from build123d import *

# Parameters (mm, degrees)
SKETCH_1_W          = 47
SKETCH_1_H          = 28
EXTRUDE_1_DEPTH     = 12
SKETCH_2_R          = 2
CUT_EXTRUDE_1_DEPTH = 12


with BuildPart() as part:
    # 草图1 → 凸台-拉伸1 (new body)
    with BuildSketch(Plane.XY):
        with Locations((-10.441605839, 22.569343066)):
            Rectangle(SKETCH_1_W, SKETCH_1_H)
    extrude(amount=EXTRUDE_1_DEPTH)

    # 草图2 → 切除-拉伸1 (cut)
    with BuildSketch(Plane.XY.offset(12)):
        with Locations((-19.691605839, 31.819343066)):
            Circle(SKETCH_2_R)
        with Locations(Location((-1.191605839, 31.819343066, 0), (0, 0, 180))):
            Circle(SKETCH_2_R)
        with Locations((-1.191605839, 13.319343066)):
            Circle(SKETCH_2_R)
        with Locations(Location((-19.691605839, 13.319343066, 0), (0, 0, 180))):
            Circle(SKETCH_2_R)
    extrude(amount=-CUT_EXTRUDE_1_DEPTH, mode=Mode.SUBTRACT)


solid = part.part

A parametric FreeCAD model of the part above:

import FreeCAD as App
import Part
import Sketcher

V = App.Vector
Q = App.Units.Quantity

doc = App.newDocument("Part")
body = doc.addObject("PartDesign::Body", "Body")

# Sketch on XY plane
sketch1 = doc.addObject("Sketcher::SketchObject", "Sketch")
body.addObject(sketch1)
sketch1.AttachmentSupport = (doc.XY_Plane, [""])
sketch1.MapMode = "FlatFace"
sketch1.addGeometry(Part.LineSegment(V(-34, 37, 0), V(-34, 9, 0)), False)
sketch1.addGeometry(Part.LineSegment(V(-34, 9, 0), V(13, 9, 0)), False)
sketch1.addGeometry(Part.LineSegment(V(13, 9, 0), V(13, 37, 0)), False)
sketch1.addGeometry(Part.LineSegment(V(13, 37, 0), V(-34, 37, 0)), False)
sketch1.addConstraint(Sketcher.Constraint("Coincident", 0, 2, 1, 1))
sketch1.addConstraint(Sketcher.Constraint("Coincident", 1, 2, 2, 1))
sketch1.addConstraint(Sketcher.Constraint("Coincident", 2, 2, 3, 1))
sketch1.addConstraint(Sketcher.Constraint("Coincident", 3, 2, 0, 1))
sketch1.addConstraint(Sketcher.Constraint("Vertical", 0))
sketch1.addConstraint(Sketcher.Constraint("Horizontal", 1))
sketch1.addConstraint(Sketcher.Constraint("Vertical", 2))
sketch1.addConstraint(Sketcher.Constraint("Horizontal", 3))
sketch1.addConstraint(Sketcher.Constraint("DistanceX", 1, 1, 1, 2, Q("47 mm")))
sketch1.addConstraint(Sketcher.Constraint("DistanceY", 0, 2, 0, 1, Q("28 mm")))
sketch1.addConstraint(Sketcher.Constraint("DistanceX", 0, 2, -1, 1, Q("33.941606 mm")))
sketch1.addConstraint(Sketcher.Constraint("DistanceY", -1, 1, 0, 2, Q("8.569343 mm")))
pad1 = doc.addObject("PartDesign::Pad", "Pad")
body.addObject(pad1)
pad1.Profile = sketch1
pad1.Length = 12

# Sketch on XY plane
sketch2 = doc.addObject("Sketcher::SketchObject", "Sketch001")
body.addObject(sketch2)
sketch2.AttachmentSupport = (doc.XY_Plane, [""])
sketch2.MapMode = "FlatFace"
sketch2.AttachmentOffset = App.Placement(V(0, 0, 12), App.Rotation())
sketch2.addGeometry(Part.Circle(V(-19.7, 31.8, 0), V(0, 0, 1), 2), False)
sketch2.addGeometry(Part.Circle(V(-1.2, 31.8, 0), V(0, 0, 1), 2), False)
sketch2.addGeometry(Part.Circle(V(-1.2, 13.3, 0), V(0, 0, 1), 2), False)
sketch2.addGeometry(Part.Circle(V(-19.7, 13.3, 0), V(0, 0, 1), 2), False)
sketch2.addConstraint(Sketcher.Constraint("Equal", 0, 1))
sketch2.addConstraint(Sketcher.Constraint("Equal", 1, 2))
sketch2.addConstraint(Sketcher.Constraint("Equal", 2, 3))
sketch2.addConstraint(Sketcher.Constraint("Horizontal", 0, 3, 1, 3))
sketch2.addConstraint(Sketcher.Constraint("Horizontal", 2, 3, 3, 3))
sketch2.addConstraint(Sketcher.Constraint("Vertical", 1, 3, 2, 3))
sketch2.addConstraint(Sketcher.Constraint("Vertical", 0, 3, 3, 3))
sketch2.addConstraint(Sketcher.Constraint("Diameter", 0, Q("4 mm")))
sketch2.addConstraint(Sketcher.Constraint("DistanceX", 0, 3, 1, 3, Q("18.5 mm")))
sketch2.addConstraint(Sketcher.Constraint("DistanceY", 2, 3, 1, 3, Q("18.5 mm")))
sketch2.addConstraint(Sketcher.Constraint("DistanceX", 0, 3, -1, 1, Q("19.691606 mm")))
sketch2.addConstraint(Sketcher.Constraint("DistanceY", -1, 1, 0, 3, Q("31.819343 mm")))
pocket1 = doc.addObject("PartDesign::Pocket", "Pocket")
body.addObject(pocket1)
pocket1.Profile = sketch2
pocket1.Length = 12

doc.recompute()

__________

# TASK DIRECTIONS:
Only one stretch of the data above is needed. Restate it word for word, from the line containing "extrude(amount=EXTRUDE_1_DEPTH)" through the line containing "A parametric FreeCAD", both ends included.

# ANSWER SECTION:
    extrude(amount=EXTRUDE_1_DEPTH)

    # 草图2 → 切除-拉伸1 (cut)
    with BuildSketch(Plane.XY.offset(12)):
        with Locations((-19.691605839, 31.819343066)):
            Circle(SKETCH_2_R)
        with Locations(Location((-1.191605839, 31.819343066, 0), (0, 0, 180))):
            Circle(SKETCH_2_R)
        with Locations((-1.191605839, 13.319343066)):
            Circle(SKETCH_2_R)
        with Locations(Location((-19.691605839, 13.319343066, 0), (0, 0, 180))):
            Circle(SKETCH_2_R)
    extrude(amount=-CUT_EXTRUDE_1_DEPTH, mode=Mode.SUBTRACT)


solid = part.part

A parametric FreeCAD model of the part above:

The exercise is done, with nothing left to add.